■ **WORK REQUIRED**
Please set down exactly the lines of the listing below from the line containing "extrude(amount=-TAGLIO_ESTRUSIONE9_DEPTH, mode=Mode.SUBTRACT)" through the line containing "The same part", both lines included, leaving out all other lines.

### RECORDED INFORMATION

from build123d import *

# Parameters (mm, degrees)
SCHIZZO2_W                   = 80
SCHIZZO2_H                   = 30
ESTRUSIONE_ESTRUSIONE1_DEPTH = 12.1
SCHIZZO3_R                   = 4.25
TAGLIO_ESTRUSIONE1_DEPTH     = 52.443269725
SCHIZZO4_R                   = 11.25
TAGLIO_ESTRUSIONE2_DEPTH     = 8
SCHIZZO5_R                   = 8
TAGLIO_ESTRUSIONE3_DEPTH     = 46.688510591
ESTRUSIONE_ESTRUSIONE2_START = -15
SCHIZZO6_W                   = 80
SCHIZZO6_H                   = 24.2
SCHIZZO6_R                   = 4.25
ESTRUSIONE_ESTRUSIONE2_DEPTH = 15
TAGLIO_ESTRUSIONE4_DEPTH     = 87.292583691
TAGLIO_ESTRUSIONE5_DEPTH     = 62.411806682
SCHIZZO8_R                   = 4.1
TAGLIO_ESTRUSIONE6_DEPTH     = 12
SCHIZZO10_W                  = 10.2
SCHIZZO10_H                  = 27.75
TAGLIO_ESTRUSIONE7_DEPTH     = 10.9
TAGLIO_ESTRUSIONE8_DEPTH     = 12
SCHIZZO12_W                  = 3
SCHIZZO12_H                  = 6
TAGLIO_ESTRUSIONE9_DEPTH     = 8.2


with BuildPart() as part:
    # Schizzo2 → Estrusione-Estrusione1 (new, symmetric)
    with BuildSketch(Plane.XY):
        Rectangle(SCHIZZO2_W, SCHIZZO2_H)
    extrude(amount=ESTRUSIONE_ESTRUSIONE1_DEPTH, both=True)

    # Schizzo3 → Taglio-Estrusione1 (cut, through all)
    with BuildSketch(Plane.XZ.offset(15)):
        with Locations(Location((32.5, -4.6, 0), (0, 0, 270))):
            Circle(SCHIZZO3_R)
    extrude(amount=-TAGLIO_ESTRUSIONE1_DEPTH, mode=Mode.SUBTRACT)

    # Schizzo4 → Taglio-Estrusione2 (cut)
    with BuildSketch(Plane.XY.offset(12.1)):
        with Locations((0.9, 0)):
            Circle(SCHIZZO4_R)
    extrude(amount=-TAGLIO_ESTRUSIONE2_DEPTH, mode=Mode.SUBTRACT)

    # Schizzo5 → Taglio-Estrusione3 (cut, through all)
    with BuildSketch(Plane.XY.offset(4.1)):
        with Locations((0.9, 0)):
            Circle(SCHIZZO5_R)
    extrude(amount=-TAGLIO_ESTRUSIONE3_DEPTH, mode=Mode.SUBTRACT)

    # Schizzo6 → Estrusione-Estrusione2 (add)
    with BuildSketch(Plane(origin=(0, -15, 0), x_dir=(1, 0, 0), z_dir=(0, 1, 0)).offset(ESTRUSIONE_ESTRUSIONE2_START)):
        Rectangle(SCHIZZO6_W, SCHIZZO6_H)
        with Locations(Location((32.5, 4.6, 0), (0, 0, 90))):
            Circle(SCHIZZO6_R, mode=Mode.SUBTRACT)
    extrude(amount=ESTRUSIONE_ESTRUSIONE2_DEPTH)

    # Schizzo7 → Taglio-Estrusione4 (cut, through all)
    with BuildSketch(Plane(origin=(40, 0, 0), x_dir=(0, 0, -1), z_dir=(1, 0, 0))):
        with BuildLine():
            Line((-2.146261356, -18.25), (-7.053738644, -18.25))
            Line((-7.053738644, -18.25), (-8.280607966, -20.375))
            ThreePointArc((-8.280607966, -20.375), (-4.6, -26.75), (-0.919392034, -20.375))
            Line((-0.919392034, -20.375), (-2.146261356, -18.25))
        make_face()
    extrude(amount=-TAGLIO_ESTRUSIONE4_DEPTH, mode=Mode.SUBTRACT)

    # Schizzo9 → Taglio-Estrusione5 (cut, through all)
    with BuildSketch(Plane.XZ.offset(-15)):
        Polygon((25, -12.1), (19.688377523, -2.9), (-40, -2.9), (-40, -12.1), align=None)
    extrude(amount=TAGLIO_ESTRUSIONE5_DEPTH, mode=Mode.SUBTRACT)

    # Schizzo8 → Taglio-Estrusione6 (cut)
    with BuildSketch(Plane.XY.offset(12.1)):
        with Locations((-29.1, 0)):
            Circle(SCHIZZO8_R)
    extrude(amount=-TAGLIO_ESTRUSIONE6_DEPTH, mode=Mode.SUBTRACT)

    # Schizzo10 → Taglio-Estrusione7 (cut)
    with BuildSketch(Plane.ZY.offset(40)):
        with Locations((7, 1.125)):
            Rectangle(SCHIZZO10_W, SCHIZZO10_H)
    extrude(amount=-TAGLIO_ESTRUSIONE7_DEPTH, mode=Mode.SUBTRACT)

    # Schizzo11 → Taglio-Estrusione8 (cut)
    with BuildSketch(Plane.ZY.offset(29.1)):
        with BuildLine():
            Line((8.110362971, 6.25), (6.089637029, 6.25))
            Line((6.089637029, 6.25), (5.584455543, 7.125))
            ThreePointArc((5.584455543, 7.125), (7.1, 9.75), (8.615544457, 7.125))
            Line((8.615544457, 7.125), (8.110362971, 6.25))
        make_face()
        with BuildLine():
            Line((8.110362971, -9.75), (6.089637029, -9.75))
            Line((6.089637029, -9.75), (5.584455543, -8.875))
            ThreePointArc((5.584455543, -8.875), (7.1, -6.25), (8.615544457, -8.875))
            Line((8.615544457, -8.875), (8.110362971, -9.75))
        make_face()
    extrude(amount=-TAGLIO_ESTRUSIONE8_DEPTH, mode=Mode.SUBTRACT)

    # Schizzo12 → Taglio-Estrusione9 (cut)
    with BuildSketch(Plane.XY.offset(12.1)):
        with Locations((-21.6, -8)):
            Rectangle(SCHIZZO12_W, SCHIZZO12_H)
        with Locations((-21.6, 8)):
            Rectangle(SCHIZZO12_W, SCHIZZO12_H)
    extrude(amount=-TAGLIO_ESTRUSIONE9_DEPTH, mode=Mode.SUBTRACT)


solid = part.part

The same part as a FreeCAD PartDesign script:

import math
import FreeCAD as App
import Part
import Sketcher
from FreeCAD import Vector
Q = App.Units.Quantity

doc = App.newDocument("Part")
body = doc.addObject("PartDesign::Body", "Body")

# Sketch on XY plane
sketch1 = body.newObject("Sketcher::SketchObject", "Sketch")
sketch1.AttachmentSupport = (doc.getObject("XY_Plane"), [""])
sketch1.MapMode = "FlatFace"
sketch1.addGeometry(Part.LineSegment(Vector(-40, 15, 0), Vector(-40, -15, 0)), False)
sketch1.addGeometry(Part.LineSegment(Vector(-40, -15, 0), Vector(40, -15, 0)), False)
sketch1.addGeometry(Part.LineSegment(Vector(40, -15, 0), Vector(40, 15, 0)), False)
sketch1.addGeometry(Part.LineSegment(Vector(40, 15, 0), Vector(-40, 15, 0)), False)
sketch1.addConstraint(Sketcher.Constraint("Coincident", 0, 2, 1, 1))
sketch1.addConstraint(Sketcher.Constraint("Coincident", 1, 2, 2, 1))
sketch1.addConstraint(Sketcher.Constraint("Coincident", 2, 2, 3, 1))
sketch1.addConstraint(Sketcher.Constraint("Coincident", 3, 2, 0, 1))
sketch1.addConstraint(Sketcher.Constraint("Vertical", 0))
sketch1.addConstraint(Sketcher.Constraint("Horizontal", 1))
sketch1.addConstraint(Sketcher.Constraint("Vertical", 2))
sketch1.addConstraint(Sketcher.Constraint("Horizontal", 3))
sketch1.addConstraint(Sketcher.Constraint("Symmetric", 0, 2, 2, 2, -1, 1))
sketch1.addConstraint(Sketcher.Constraint("DistanceX", 1, 1, 1, 2, 80.0))
sketch1.addConstraint(Sketcher.Constraint("DistanceY", 0, 2, 0, 1, 30.0))
pad1 = body.newObject("PartDesign::Pad", "Pad")
pad1.Profile = sketch1
pad1.Length = 24.2
pad1.Midplane = True

# Sketch on XZ plane
sketch2 = body.newObject("Sketcher::SketchObject", "Sketch001")
sketch2.AttachmentSupport = (doc.getObject("XZ_Plane"), [""])
sketch2.MapMode = "FlatFace"
sketch2.AttachmentOffset = App.Placement(Vector(0, 0, 15), App.Rotation())
sketch2.addGeometry(Part.Circle(Vector(32.5, -4.6, 0), Vector(0, 0, 1), 4.2), False)
sketch2.addConstraint(Sketcher.Constraint("Diameter", 0, 8.5))
sketch2.addConstraint(Sketcher.Constraint("DistanceX", -1, 1, 0, 3, 32.5))
sketch2.addConstraint(Sketcher.Constraint("DistanceY", 0, 3, -1, 1, 4.6))
pocket1 = body.newObject("PartDesign::Pocket", "Pocket")
pocket1.Profile = sketch2
pocket1.Type = "ThroughAll"

# Sketch on XY plane
sketch3 = body.newObject("Sketcher::SketchObject", "Sketch002")
sketch3.AttachmentSupport = (doc.getObject("XY_Plane"), [""])
sketch3.MapMode = "FlatFace"
sketch3.AttachmentOffset = App.Placement(Vector(0, 0, 12.1), App.Rotation())
sketch3.addGeometry(Part.Circle(Vector(1, 0, 0), Vector(0, 0, 1), 11), False)
sketch3.addConstraint(Sketcher.Constraint("PointOnObject", 0, 3, -1))
sketch3.addConstraint(Sketcher.Constraint("Diameter", 0, 22.5))
sketch3.addConstraint(Sketcher.Constraint("DistanceX", -1, 1, 0, 3, 0.9))
pocket2 = body.newObject("PartDesign::Pocket", "Pocket001")
pocket2.Profile = sketch3
pocket2.Length = 8

# Sketch on XY plane
sketch4 = body.newObject("Sketcher::SketchObject", "Sketch003")
sketch4.AttachmentSupport = (doc.getObject("XY_Plane"), [""])
sketch4.MapMode = "FlatFace"
sketch4.AttachmentOffset = App.Placement(Vector(0, 0, 4.1), App.Rotation())
sketch4.addGeometry(Part.Circle(Vector(1, 0, 0), Vector(0, 0, 1), 8), False)
sketch4.addConstraint(Sketcher.Constraint("PointOnObject", 0, 3, -1))
sketch4.addConstraint(Sketcher.Constraint("Diameter", 0, 16.0))
sketch4.addConstraint(Sketcher.Constraint("DistanceX", -1, 1, 0, 3, 0.9))
pocket3 = body.newObject("PartDesign::Pocket", "Pocket002")
pocket3.Profile = sketch4
pocket3.Type = "ThroughAll"

# Sketch on XZ plane
sketch5 = body.newObject("Sketcher::SketchObject", "Sketch004")
sketch5.AttachmentSupport = (doc.getObject("XZ_Plane"), [""])
sketch5.MapMode = "FlatFace"
sketch5.AttachmentOffset = App.Placement(Vector(0, 0, 30), App.Rotation())
sketch5.addGeometry(Part.LineSegment(Vector(-40, -12.1, 0), Vector(-40, 12.1, 0)), False)
sketch5.addGeometry(Part.LineSegment(Vector(-40, 12.1, 0), Vector(40, 12.1, 0)), False)
sketch5.addGeometry(Part.LineSegment(Vector(40, 12.1, 0), Vector(40, -12.1, 0)), False)
sketch5.addGeometry(Part.LineSegment(Vector(40, -12.1, 0), Vector(-40, -12.1, 0)), False)
sketch5.addGeometry(Part.Circle(Vector(32.5, -4.6, 0), Vector(0, 0, 1), 4.2), False)
sketch5.addConstraint(Sketcher.Constraint("Coincident", 0, 2, 1, 1))
sketch5.addConstraint(Sketcher.Constraint("Coincident", 1, 2, 2, 1))
sketch5.addConstraint(Sketcher.Constraint("Coincident", 2, 2, 3, 1))
sketch5.addConstraint(Sketcher.Constraint("Coincident", 3, 2, 0, 1))
sketch5.addConstraint(Sketcher.Constraint("Vertical", 0))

######

■ **RESULT FOR THIS EXERCISE**
    extrude(amount=-TAGLIO_ESTRUSIONE9_DEPTH, mode=Mode.SUBTRACT)


solid = part.part

The same part as a FreeCAD PartDesign script:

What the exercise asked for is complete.